I'm a fullstack software developer with over 10 years of experience.

I primarily work in Python/Django, Objective-C and HTML/CSS/Javsscript.

I love business, marketing, branding and customer development.

I've built everything from million dollar eCommerce systems and large
distributed systems to full-responsive designs and complex frontend UIs (using
Knockout/jQuery).

View my portfolio at: <http://bradjasper.com/>

Contact me at: contact@bradjasper.com

------
mrsteveman1
SEEKING WORK - Remote, Freelance

Mac OS X & iOS developer with 2 years experience working on the iOS App Store
and 1 year working on the Mac App Store. I've been writing Objective-C & C on
both platforms for just a little over 3 years.

My most recently completed project for a client was an iOS game called Slots
Race[1], which just launched a few weeks ago.

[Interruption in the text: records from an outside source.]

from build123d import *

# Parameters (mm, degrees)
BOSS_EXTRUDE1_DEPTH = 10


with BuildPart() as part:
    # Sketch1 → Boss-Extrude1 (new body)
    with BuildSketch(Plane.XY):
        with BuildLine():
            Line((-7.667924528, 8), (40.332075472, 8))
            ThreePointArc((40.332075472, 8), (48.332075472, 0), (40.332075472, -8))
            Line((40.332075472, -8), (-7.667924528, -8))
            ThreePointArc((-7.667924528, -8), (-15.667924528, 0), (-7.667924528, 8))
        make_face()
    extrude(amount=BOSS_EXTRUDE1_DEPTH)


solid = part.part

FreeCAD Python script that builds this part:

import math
import FreeCAD as App
import Part
import Sketcher

V = App.Vector
Q = App.Units.Quantity

doc = App.newDocument("Part")
body = doc.addObject("PartDesign::Body", "Body")

# Sketch on XY plane
sketch1 = body.newObject("Sketcher::SketchObject", "Sketch")
sketch1.AttachmentSupport = (doc.getObject("XY_Plane"), [""])
sketch1.MapMode = "FlatFace"
sketch1.addGeometry(Part.LineSegment(V(40, 8, 0), V(-8, 8, 0)), False)
sketch1.addGeometry(Part.ArcOfCircle(Part.Circle(V(-8, 0, 0), V(0, 0, 1), 8), math.radians(90), math.radians(270)), False)
sketch1.addGeometry(Part.LineSegment(V(-8, -8, 0), V(40, -8, 0)), False)
sketch1.addGeometry(Part.ArcOfCircle(Part.Circle(V(40, 0, 0), V(0, 0, 1), 8), math.radians(-90), math.radians(90)), False)
sketch1.addConstraint(Sketcher.Constraint("Tangent", 0, 2, 1, 1))
sketch1.addConstraint(Sketcher.Constraint("Tangent", 1, 2, 2, 1))
sketch1.addConstraint(Sketcher.Constraint("Tangent", 2, 2, 3, 1))
sketch1.addConstraint(Sketcher.Constraint("Tangent", 3, 2, 0, 1))
sketch1.addConstraint(Sketcher.Constraint("Horizontal", 0))
sketch1.addConstraint(Sketcher.Constraint("Horizontal", 2))
sketch1.addConstraint(Sketcher.Constraint("PointOnObject", 1, 3, -1))
sketch1.addConstraint(Sketcher.Constraint("Radius", 1, Q("8 mm")))
sketch1.addConstraint(Sketcher.Constraint("DistanceX", 0, 2, 0, 1, Q("48 mm")))
sketch1.addConstraint(Sketcher.Constraint("DistanceX", 1, 3, -1, 1, Q("7.667925 mm")))
pad1 = body.newObject("PartDesign::Pad", "Pad")
pad1.Profile = sketch1
pad1.Length = 10

doc.recompute()
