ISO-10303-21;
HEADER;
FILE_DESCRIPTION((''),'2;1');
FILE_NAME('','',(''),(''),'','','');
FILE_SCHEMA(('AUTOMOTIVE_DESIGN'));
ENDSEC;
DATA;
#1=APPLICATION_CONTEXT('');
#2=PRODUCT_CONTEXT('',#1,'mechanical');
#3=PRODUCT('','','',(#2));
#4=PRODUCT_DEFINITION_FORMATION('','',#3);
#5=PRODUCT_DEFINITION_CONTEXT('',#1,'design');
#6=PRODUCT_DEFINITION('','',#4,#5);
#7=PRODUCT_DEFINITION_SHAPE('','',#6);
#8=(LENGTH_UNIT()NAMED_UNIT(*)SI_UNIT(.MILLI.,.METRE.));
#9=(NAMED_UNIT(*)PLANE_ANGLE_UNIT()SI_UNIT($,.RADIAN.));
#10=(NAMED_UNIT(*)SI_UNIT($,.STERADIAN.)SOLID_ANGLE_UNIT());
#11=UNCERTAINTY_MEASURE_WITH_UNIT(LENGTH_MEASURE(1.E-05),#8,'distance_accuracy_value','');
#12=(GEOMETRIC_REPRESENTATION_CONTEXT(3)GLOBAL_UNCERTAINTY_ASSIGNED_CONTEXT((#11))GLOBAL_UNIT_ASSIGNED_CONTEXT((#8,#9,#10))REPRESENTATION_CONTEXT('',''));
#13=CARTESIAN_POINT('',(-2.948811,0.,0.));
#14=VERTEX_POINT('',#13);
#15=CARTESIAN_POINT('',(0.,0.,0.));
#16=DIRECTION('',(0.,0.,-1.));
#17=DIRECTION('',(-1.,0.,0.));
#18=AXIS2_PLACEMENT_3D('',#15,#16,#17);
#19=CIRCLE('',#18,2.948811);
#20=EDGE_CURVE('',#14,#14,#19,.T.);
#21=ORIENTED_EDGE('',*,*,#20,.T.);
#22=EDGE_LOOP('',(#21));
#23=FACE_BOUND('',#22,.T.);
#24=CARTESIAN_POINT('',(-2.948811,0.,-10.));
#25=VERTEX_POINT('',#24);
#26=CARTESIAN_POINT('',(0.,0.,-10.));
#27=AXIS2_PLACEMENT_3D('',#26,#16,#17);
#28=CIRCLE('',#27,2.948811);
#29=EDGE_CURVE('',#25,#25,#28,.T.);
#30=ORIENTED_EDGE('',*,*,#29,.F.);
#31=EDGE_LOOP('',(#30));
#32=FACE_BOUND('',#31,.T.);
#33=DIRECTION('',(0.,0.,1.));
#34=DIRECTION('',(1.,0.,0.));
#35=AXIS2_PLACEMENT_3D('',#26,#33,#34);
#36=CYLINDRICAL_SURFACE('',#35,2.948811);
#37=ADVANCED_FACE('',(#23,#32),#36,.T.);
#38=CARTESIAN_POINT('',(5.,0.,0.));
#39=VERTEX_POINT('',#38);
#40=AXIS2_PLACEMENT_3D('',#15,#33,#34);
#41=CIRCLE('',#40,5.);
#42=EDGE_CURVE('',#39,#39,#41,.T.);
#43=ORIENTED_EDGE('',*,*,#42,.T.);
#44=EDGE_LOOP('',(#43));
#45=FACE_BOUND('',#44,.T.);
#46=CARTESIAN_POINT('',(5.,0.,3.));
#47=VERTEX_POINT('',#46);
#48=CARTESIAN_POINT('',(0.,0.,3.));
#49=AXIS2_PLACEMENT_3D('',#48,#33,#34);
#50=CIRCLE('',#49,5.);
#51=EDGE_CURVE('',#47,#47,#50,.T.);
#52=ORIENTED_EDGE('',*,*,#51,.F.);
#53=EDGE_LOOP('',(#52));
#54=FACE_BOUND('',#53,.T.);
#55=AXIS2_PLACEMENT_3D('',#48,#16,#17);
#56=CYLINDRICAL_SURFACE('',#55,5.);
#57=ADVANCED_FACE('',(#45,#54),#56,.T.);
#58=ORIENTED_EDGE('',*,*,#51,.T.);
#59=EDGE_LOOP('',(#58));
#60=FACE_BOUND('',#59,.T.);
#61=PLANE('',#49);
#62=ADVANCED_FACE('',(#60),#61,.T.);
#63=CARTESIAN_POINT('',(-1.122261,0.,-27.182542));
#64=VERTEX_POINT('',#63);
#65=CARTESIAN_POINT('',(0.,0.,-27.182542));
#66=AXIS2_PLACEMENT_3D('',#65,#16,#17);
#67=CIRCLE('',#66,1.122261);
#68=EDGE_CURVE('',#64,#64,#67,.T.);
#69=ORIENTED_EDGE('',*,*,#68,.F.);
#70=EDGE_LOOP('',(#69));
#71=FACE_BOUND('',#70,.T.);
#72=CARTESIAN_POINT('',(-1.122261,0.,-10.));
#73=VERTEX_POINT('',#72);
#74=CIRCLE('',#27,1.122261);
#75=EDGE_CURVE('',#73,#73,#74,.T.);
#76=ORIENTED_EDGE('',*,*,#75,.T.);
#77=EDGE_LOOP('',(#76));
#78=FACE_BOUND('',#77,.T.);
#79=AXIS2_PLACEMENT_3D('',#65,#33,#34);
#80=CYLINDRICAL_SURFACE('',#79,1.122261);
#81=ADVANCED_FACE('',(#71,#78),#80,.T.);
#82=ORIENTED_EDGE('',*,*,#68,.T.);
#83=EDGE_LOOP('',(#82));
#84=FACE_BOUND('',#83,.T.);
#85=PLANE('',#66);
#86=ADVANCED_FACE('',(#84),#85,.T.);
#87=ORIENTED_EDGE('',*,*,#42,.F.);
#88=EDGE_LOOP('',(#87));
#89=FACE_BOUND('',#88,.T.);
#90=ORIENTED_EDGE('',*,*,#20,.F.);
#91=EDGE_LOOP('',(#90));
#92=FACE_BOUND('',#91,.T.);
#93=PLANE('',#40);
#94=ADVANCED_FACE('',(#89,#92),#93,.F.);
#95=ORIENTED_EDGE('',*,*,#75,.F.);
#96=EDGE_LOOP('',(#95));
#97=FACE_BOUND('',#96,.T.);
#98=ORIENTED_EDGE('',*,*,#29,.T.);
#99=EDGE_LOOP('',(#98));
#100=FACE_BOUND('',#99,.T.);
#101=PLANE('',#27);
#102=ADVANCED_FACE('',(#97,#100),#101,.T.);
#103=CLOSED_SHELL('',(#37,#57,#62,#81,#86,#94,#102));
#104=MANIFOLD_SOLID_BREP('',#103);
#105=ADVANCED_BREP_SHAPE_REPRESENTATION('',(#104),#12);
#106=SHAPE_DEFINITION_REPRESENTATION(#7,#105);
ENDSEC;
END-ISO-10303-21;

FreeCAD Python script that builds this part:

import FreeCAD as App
import Part
import Sketcher

V = App.Vector

doc = App.newDocument("Part")
params = doc.addObject("Spreadsheet::Sheet", "Params")
for row, (alias, value) in enumerate([
    ("sketch1_diameter", "10 mm"),
    ("pad1_length", "3 mm"),
    ("pad2_length", "10 mm"),
    ("pad3_length", "17.182542 mm"),
], start=1):
    params.set(f"A{row}", alias)
    params.set(f"B{row}", "=" + value)
    params.setAlias(f"B{row}", alias)

body = doc.addObject("PartDesign::Body", "Body")

# Sketch on XY plane
sketch1 = doc.addObject("Sketcher::SketchObject", "Sketch")
body.addObject(sketch1)
sketch1.AttachmentSupport = (doc.XY_Plane, [""])
sketch1.MapMode = "FlatFace"
sketch1.addGeometry(Part.Circle(V(0, 0, 0), V(0, 0, 1), 5), False)
sketch1.addConstraint([
    Sketcher.Constraint("Coincident", 0, 3, -1, 1),
    Sketcher.Constraint("Diameter", 0, 10.0),
])
sketch1.setExpression("Constraints[1]", "Params.sketch1_diameter")
pad1 = doc.addObject("PartDesign::Pad", "Pad")
body.addObject(pad1)
pad1.Profile = sketch1
pad1.setExpression("Length", "Params.pad1_length")

# Sketch on XY plane
sketch2 = doc.addObject("Sketcher::SketchObject", "Sketch001")
body.addObject(sketch2)
sketch2.AttachmentSupport = (doc.XY_Plane, [""])
sketch2.MapMode = "FlatFace"
sketch2.addGeometry(Part.Circle(V(0, 0, 0), V(0, 0, 1), 2.9), False)
sketch2.addConstraint([
    Sketcher.Constraint("Coincident", 0, 3, -1, 1),
    Sketcher.Constraint("Diameter", 0, 5.897623),
])
pad2 = doc.addObject("PartDesign::Pad", "Pad001")
body.addObject(pad2)
pad2.Profile = sketch2
pad2.setExpression("Length", "Params.pad2_length")
pad2.Reversed = True

# Sketch on XY plane
sketch3 = doc.addObject("Sketcher::SketchObject", "Sketch002")
body.addObject(sketch3)
sketch3.AttachmentSupport = (doc.XY_Plane, [""])
sketch3.MapMode = "FlatFace"
sketch3.AttachmentOffset = App.Placement(V(0, 0, -10), App.Rotation())
sketch3.addGeometry(Part.Circle(V(0, 0, 0), V(0, 0, 1), 1.1), False)
sketch3.addConstraint([
    Sketcher.Constraint("Coincident", 0, 3, -1, 1),
    Sketcher.Constraint("Diameter", 0, 2.244522),
])
pad3 = doc.addObject("PartDesign::Pad", "Pad002")
body.addObject(pad3)
pad3.Profile = sketch3
pad3.setExpression("Length", "Params.pad3_length")
pad3.Reversed = True

doc.recompute()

[1] <http://slotsrace.com/>

Email: steve@infincia.com

Website: <http://infincia.com>

------
egomaksab
SEEKING WORK - Remote (based in Estonia - traveling is OK)

Full stack developer.

* HTML,CSS,JavaScript,jQuery,SASS

* Ruby, Ruby on Rails, C

* PostgreSQL, MySQL

* Nginx,Apache

* Amazon EC2, Cloudfront

* Heroku

Some of my stuff:

<http://letsbreeze.com> \- project management tool for freelancers

<http://getsprouty.com> \- personal finance management tool

<http://github.com/vahtel>

------
varworld
SEEKING WORK - Boston, MA or Remote

* Extensive experience building RESTful APIs

* Built complex systems like recommendation engine, ad targeting systems (big data)

Languages: C++, Erlang, Java, Javascript, Perl, PHP, Pig.

Databases: Cassandra, MySQL, Riak.

Frameworks: Hadoop, Jersey, jQuery, Mahout, OTP, Webmachine, YUI.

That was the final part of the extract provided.